Scala 99.43% Shell 0.05% Python 0.52%
scala scala-js scalajs scala-native blake3

scala-blake3's Introduction

Blake3 for scala

This is a highly optimized blake3 implementation for scala, scala-js, and scala-native, without any dependencies. This implementation has a constant memory footprint (about 5kb) which hasn't depended on the size of hashed data or the size of the output hash.

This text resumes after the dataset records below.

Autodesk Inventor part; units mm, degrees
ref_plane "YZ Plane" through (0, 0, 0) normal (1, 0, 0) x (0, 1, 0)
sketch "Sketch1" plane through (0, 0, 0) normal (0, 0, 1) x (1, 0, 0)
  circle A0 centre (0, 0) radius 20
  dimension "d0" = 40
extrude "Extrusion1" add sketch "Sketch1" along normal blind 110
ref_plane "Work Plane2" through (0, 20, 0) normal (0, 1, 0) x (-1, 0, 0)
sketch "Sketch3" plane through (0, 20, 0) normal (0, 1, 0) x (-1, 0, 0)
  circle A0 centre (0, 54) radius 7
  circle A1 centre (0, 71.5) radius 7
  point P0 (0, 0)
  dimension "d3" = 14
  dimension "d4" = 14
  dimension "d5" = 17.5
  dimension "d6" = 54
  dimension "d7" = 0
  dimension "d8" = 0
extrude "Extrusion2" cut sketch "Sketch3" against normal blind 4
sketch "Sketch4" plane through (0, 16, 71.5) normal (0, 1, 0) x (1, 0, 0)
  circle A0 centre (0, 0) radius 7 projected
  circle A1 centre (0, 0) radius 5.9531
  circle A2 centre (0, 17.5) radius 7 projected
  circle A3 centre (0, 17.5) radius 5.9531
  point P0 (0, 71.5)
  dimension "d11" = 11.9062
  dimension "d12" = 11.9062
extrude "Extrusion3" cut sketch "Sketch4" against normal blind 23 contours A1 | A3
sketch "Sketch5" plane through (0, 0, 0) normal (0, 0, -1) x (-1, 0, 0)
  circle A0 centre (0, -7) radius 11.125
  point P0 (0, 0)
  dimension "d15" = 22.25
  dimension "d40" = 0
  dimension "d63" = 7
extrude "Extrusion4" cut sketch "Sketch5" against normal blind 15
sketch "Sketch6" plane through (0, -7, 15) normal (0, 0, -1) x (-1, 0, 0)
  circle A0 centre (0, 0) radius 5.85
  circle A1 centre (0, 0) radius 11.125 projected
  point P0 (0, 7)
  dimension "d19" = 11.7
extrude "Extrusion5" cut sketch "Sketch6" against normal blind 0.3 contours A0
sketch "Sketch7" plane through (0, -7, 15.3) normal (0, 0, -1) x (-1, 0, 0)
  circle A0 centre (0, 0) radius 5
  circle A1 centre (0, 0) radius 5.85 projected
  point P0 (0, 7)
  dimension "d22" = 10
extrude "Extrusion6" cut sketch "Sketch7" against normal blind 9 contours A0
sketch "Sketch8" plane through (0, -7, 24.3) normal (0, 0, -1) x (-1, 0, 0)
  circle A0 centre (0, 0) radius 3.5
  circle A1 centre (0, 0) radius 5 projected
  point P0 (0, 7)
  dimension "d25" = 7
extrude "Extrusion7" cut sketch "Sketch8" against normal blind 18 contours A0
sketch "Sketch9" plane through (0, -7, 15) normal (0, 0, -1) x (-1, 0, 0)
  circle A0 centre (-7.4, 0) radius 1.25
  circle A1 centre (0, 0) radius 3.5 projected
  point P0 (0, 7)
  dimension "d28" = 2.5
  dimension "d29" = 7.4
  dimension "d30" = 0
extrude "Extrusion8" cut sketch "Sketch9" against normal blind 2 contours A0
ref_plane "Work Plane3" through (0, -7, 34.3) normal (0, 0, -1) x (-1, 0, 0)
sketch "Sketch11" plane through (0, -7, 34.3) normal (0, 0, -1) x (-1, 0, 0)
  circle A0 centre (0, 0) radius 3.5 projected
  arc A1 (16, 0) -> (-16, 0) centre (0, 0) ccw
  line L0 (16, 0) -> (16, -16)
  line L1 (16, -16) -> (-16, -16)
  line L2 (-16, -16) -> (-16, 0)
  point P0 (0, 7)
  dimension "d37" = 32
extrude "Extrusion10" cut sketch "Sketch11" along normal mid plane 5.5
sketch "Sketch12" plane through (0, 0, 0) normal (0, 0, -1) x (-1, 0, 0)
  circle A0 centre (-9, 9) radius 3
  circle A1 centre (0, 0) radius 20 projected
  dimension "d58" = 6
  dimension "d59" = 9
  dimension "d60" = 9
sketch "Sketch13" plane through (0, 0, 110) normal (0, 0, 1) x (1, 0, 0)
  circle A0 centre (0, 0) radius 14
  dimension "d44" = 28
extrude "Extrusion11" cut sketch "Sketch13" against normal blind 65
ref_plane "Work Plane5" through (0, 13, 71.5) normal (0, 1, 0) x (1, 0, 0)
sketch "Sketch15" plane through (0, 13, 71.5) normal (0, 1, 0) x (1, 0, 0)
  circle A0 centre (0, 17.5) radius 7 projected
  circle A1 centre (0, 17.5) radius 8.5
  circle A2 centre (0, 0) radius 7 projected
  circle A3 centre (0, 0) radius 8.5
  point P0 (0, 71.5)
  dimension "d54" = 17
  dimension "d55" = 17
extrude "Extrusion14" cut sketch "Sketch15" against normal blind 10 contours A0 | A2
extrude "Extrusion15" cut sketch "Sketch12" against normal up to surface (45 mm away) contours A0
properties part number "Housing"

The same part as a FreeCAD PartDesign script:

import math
import FreeCAD as App
import Part
import Sketcher

V = App.Vector

doc = App.newDocument("Part")
params = doc.addObject("Spreadsheet::Sheet", "Params")
for row, (alias, value) in enumerate([
    ("sketch1_diameter", "40 mm"),
    ("pad1_length", "110 mm"),
    ("sketch2_diameter", "14 mm"),
    ("pocket1_length", "4 mm"),
    ("pocket2_length", "23 mm"),
    ("sketch4_diameter", "22.25 mm"),
    ("pocket3_length", "15 mm"),
    ("sketch5_diameter", "11.7 mm"),
    ("pocket4_length", "0.3 mm"),
    ("sketch6_diameter", "10 mm"),
    ("pocket5_length", "9 mm"),
    ("sketch7_diameter", "7 mm"),
    ("pocket6_length", "18 mm"),
    ("sketch8_diameter", "2.5 mm"),
    ("pocket7_length", "2 mm"),
    ("sketch9_radius", "16 mm"),
    ("sketch9_diameter", "7 mm"),
    ("sketch9_height", "16 mm"),
    ("pocket8_length", "5.5 mm"),
    ("sketch10_diameter", "28 mm"),
    ("pocket9_length", "65 mm"),
    ("sketch11_diameter", "14 mm"),
    ("pocket10_length", "10 mm"),
    ("sketch12_diameter", "6 mm"),
    ("pocket11_length", "45 mm"),
], start=1):
    params.set(f"A{row}", alias)
    params.set(f"B{row}", "=" + value)
    params.setAlias(f"B{row}", alias)

body = doc.addObject("PartDesign::Body", "Body")

# Sketch on XY plane
sketch1 = body.newObject("Sketcher::SketchObject", "Sketch")
sketch1.AttachmentSupport = (doc.getObject("XY_Plane"), [""])
sketch1.MapMode = "FlatFace"
sketch1.addGeometry(Part.Circle(V(0, 0, 0), V(0, 0, 1), 20), False)
sketch1.addConstraint([
    Sketcher.Constraint("Coincident", 0, 3, -1, 1),
    Sketcher.Constraint("Diameter", 0, 40.0),
])
sketch1.setExpression("Constraints[1]", "Params.sketch1_diameter")
pad1 = body.newObject("PartDesign::Pad", "Pad")
pad1.Profile = sketch1
pad1.setExpression("Length", "Params.pad1_length")

# Sketch on XZ plane
sketch2 = body.newObject("Sketcher::SketchObject", "Sketch001")
sketch2.AttachmentSupport = (doc.getObject("XZ_Plane"), [""])
sketch2.MapMode = "FlatFace"
sketch2.AttachmentOffset = App.Placement(V(0, 0, -20), App.Rotation())
sketch2.addGeometry([
    Part.Circle(V(0, 54, 0), V(0, 0, 1), 7),
    Part.Circle(V(0, 71.5, 0), V(0, 0, 1), 7),
], False)
sketch2.addConstraint([
    Sketcher.Constraint("Equal", 0, 1),
    Sketcher.Constraint("PointOnObject", 0, 3, -2),
    Sketcher.Constraint("PointOnObject", 1, 3, -2),
    Sketcher.Constraint("Diameter", 0, 14.0),
    Sketcher.Constraint("DistanceY", -1, 1, 0, 3, 54.0),
    Sketcher.Constraint("DistanceY", 0, 3, 1, 3, 17.5),
])
sketch2.setExpression("Constraints[3]", "Params.sketch2_diameter")
pocket1 = body.newObject("PartDesign::Pocket", "Pocket")
pocket1.Profile = sketch2
pocket1.setExpression("Length", "Params.pocket1_length")
pocket1.Reversed = True

# Sketch on XZ plane
sketch3 = body.newObject("Sketcher::SketchObject", "Sketch002")
sketch3.AttachmentSupport = (doc.getObject("XZ_Plane"), [""])
sketch3.MapMode = "FlatFace"
sketch3.AttachmentOffset = App.Placement(V(0, 0, -16), App.Rotation())
sketch3.addGeometry([
    Part.Circle(V(0, 71.5, 0), V(0, 0, 1), 5.9531),
    Part.Circle(V(0, 54, 0), V(0, 0, 1), 5.9531),
], False)
sketch3.addConstraint([
    Sketcher.Constraint("Equal", 0, 1),
    Sketcher.Constraint("PointOnObject", 0, 3, -2),
    Sketcher.Constraint("PointOnObject", 1, 3, -2),
    Sketcher.Constraint("Diameter", 0, 11.9062),
    Sketcher.Constraint("DistanceY", -1, 1, 1, 3, 54.0),
    Sketcher.Constraint("DistanceY", -1, 1, 0, 3, 71.5),
])
pocket2 = body.newObject("PartDesign::Pocket", "Pocket001")
pocket2.Profile = sketch3
pocket2.setExpression("Length", "Params.pocket2_length")
pocket2.Reversed = True

# Sketch on XY plane
sketch4 = body.newObject("Sketcher::SketchObject", "Sketch003")
sketch4.AttachmentSupport = (doc.getObject("XY_Plane"), [""])
sketch4.MapMode = "FlatFace"
sketch4.addGeometry(Part.Circle(V(0, -7, 0), V(0, 0, 1), 11.125), False)
sketch4.addConstraint([
    Sketcher.Constraint("PointOnObject", 0, 3, -2),
    Sketcher.Constraint("Diameter", 0, 22.25),
    Sketcher.Constraint("DistanceY", 0, 3, -1, 1, 7.0),
])
sketch4.setExpression("Constraints[1]", "Params.sketch4_diameter")
pocket3 = body.newObject("PartDesign::Pocket", "Pocket002")
pocket3.Profile = sketch4
pocket3.setExpression("Length", "Params.pocket3_length")
pocket3.Reversed = True

# Sketch on XY plane
sketch5 = body.newObject("Sketcher::SketchObject", "Sketch004")
sketch5.AttachmentSupport = (doc.getObject("XY_Plane"), [""])
sketch5.MapMode = "FlatFace"
sketch5.AttachmentOffset = App.Placement(V(0, 0, 15), App.Rotation())
sketch5.addGeometry(Part.Circle(V(0, -7, 0), V(0, 0, 1), 5.85), False)
sketch5.addConstraint([
    Sketcher.Constraint("PointOnObject", 0, 3, -2),
    Sketcher.Constraint("Diameter", 0, 11.7),
    Sketcher.Constraint("DistanceY", 0, 3, -1, 1, 7.0),
])
sketch5.setExpression("Constraints[1]", "Params.sketch5_diameter")
pocket4 = body.newObject("PartDesign::Pocket", "Pocket003")
pocket4.Profile = sketch5
pocket4.setExpression("Length", "Params.pocket4_length")
pocket4.Reversed = True

# Sketch on XY plane
sketch6 = body.newObject("Sketcher::SketchObject", "Sketch005")
sketch6.AttachmentSupport = (doc.getObject("XY_Plane"), [""])
sketch6.MapMode = "FlatFace"
sketch6.AttachmentOffset = App.Placement(V(0, 0, 15.3), App.Rotation())
sketch6.addGeometry(Part.Circle(V(0, -7, 0), V(0, 0, 1), 5), False)
sketch6.addConstraint([
    Sketcher.Constraint("PointOnObject", 0, 3, -2),
    Sketcher.Constraint("Diameter", 0, 10.0),
    Sketcher.Constraint("DistanceY", 0, 3, -1, 1, 7.0),
])
sketch6.setExpression("Constraints[1]", "Params.sketch6_diameter")
pocket5 = body.newObject("PartDesign::Pocket", "Pocket004")
pocket5.Profile = sketch6
pocket5.setExpression("Length", "Params.pocket5_length")
pocket5.Reversed = True

# Sketch on XY plane
sketch7 = body.newObject("Sketcher::SketchObject", "Sketch006")
sketch7.AttachmentSupport = (doc.getObject("XY_Plane"), [""])
sketch7.MapMode = "FlatFace"
sketch7.AttachmentOffset = App.Placement(V(0, 0, 24.3), App.Rotation())
sketch7.addGeometry(Part.Circle(V(0, -7, 0), V(0, 0, 1), 3.5), False)
sketch7.addConstraint([
    Sketcher.Constraint("PointOnObject", 0, 3, -2),
    Sketcher.Constraint("Diameter", 0, 7.0),
    Sketcher.Constraint("DistanceY", 0, 3, -1, 1, 7.0),
])
sketch7.setExpression("Constraints[1]", "Params.sketch7_diameter")
pocket6 = body.newObject("PartDesign::Pocket", "Pocket005")
pocket6.Profile = sketch7
pocket6.setExpression("Length", "Params.pocket6_length")
pocket6.Reversed = True

# Sketch on XY plane
sketch8 = body.newObject("Sketcher::SketchObject", "Sketch007")
sketch8.AttachmentSupport = (doc.getObject("XY_Plane"), [""])
sketch8.MapMode = "FlatFace"
sketch8.AttachmentOffset = App.Placement(V(0, 0, 15), App.Rotation())
sketch8.addGeometry(Part.Circle(V(7.4, -7, 0), V(0, 0, 1), 1.25), False)
sketch8.addConstraint([
    Sketcher.Constraint("Diameter", 0, 2.5),
    Sketcher.Constraint("DistanceX", -1, 1, 0, 3, 7.4),
    Sketcher.Constraint("DistanceY", 0, 3, -1, 1, 7.0),
])
sketch8.setExpression("Constraints[0]", "Params.sketch8_diameter")
pocket7 = body.newObject("PartDesign::Pocket", "Pocket006")
pocket7.Profile = sketch8
pocket7.setExpression("Length", "Params.pocket7_length")
pocket7.Reversed = True

# Sketch on XY plane
sketch9 = body.newObject("Sketcher::SketchObject", "Sketch008")
sketch9.AttachmentSupport = (doc.getObject("XY_Plane"), [""])
sketch9.MapMode = "FlatFace"
sketch9.AttachmentOffset = App.Placement(V(0, 0, 34.3), App.Rotation())
sketch9.addGeometry([
    Part.LineSegment(V(-16, -23, 0), V(-16, -7, 0)),  # 0
    Part.ArcOfCircle(Part.Circle(V(0, -7, 0), V(0, 0, 1), 16), math.radians(0), math.radians(180)),  # 1
    Part.LineSegment(V(16, -7, 0), V(16, -23, 0)),  # 2
    Part.LineSegment(V(16, -23, 0), V(-16, -23, 0)),  # 3
    Part.Circle(V(0, -7, 0), V(0, 0, 1), 3.5),  # 4
], False)
sketch9.addConstraint([
    Sketcher.Constraint("Tangent", 0, 2, 1, 2),
    Sketcher.Constraint("Tangent", 1, 1, 2, 1),
    Sketcher.Constraint("Coincident", 2, 2, 3, 1),
    Sketcher.Constraint("Coincident", 3, 2, 0, 1),
    Sketcher.Constraint("Vertical", 0),
    Sketcher.Constraint("Vertical", 2),
    Sketcher.Constraint("Horizontal", 3),
    Sketcher.Constraint("Coincident", 4, 3, 1, 3),
    Sketcher.Constraint("PointOnObject", 1, 3, -2),
    Sketcher.Constraint("Radius", 1, 16.0),
    Sketcher.Constraint("Diameter", 4, 7.0),
    Sketcher.Constraint("DistanceY", 0, 1, 0, 2, 16.0),
    Sketcher.Constraint("DistanceY", 1, 3, -1, 1, 7.0),
])
sketch9.setExpression("Constraints[9]", "Params.sketch9_radius")
sketch9.setExpression("Constraints[10]", "Params.sketch9_diameter")
sketch9.setExpression("Constraints[11]", "Params.sketch9_height")
pocket8 = body.newObject("PartDesign::Pocket", "Pocket007")
pocket8.Profile = sketch9
pocket8.setExpression("Length", "Params.pocket8_length")
pocket8.Midplane = True

# Sketch on XY plane
sketch10 = body.newObject("Sketcher::SketchObject", "Sketch009")
sketch10.AttachmentSupport = (doc.getObject("XY_Plane"), [""])
sketch10.MapMode = "FlatFace"
sketch10.AttachmentOffset = App.Placement(V(0, 0, 110), App.Rotation())
sketch10.addGeometry(Part.Circle(V(0, 0, 0), V(0, 0, 1), 14), False)
sketch10.addConstraint([
    Sketcher.Constraint("Coincident", 0, 3, -1, 1),
    Sketcher.Constraint("Diameter", 0, 28.0),
])
sketch10.setExpression("Constraints[1]", "Params.sketch10_diameter")
pocket9 = body.newObject("PartDesign::Pocket", "Pocket008")
pocket9.Profile = sketch10
pocket9.setExpression("Length", "Params.pocket9_length")

# Sketch on XZ plane
sketch11 = body.newObject("Sketcher::SketchObject", "Sketch010")
sketch11.AttachmentSupport = (doc.getObject("XZ_Plane"), [""])
sketch11.MapMode = "FlatFace"
sketch11.AttachmentOffset = App.Placement(V(0, 0, -13), App.Rotation())
sketch11.addGeometry([
    Part.Circle(V(0, 54, 0), V(0, 0, 1), 7),
    Part.Circle(V(0, 71.5, 0), V(0, 0, 1), 7),
], False)
sketch11.addConstraint([
    Sketcher.Constraint("Equal", 0, 1),
    Sketcher.Constraint("PointOnObject", 0, 3, -2),
    Sketcher.Constraint("PointOnObject", 1, 3, -2),
    Sketcher.Constraint("Diameter", 0, 14.0),
    Sketcher.Constraint("DistanceY", -1, 1, 0, 3, 54.0),
    Sketcher.Constraint("DistanceY", -1, 1, 1, 3, 71.5),
])
sketch11.setExpression("Constraints[3]", "Params.sketch11_diameter")
pocket10 = body.newObject("PartDesign::Pocket", "Pocket009")
pocket10.Profile = sketch11
pocket10.setExpression("Length", "Params.pocket10_length")
pocket10.Reversed = True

If you're looking for the faster possible hash function for scala.js I suggest to use this one, instead of SHA because this implementation use only 32 bits number which is natively supported by JS.

You can use it as

libraryDependencies += "pt.kcry" %%% "blake3" % "x.x.x"

The latest version is maven-central

API is pretty simple:

scala> import pt.kcry.blake3.Blake3

scala> Blake3.newHasher().update("Some string").doneHex(64)
val res1: String = 2e5524f3481046587080604ae4b4ceb44b721f3964ce0764627dee2c171de4c2

scala> Blake3.newDeriveKeyHasher("whats the Elvish word for friend").update("Some string").doneHex(64)
val res2: String = c2e79fe73dde16a13b4aa5a947b0e9cd7277ea8e68da250759de3ae62372b340

scala> Blake3.newKeyedHasher("whats the Elvish word for friend").update("Some string").doneHex(64)
val res3: String = 79943402309f9bb05338193f21fb57d98ab848bdcac67e5e097340f116ff90ba

scala> Blake3.hex("Some string", 64)
val res4: String = 2e5524f3481046587080604ae4b4ceb44b721f3964ce0764627dee2c171de4c2

scala> Blake3.bigInt("Some string", 32)
val res5: BigInt = 777331955

scala> 

Hasher.update is mutable when Hasher.done isn't.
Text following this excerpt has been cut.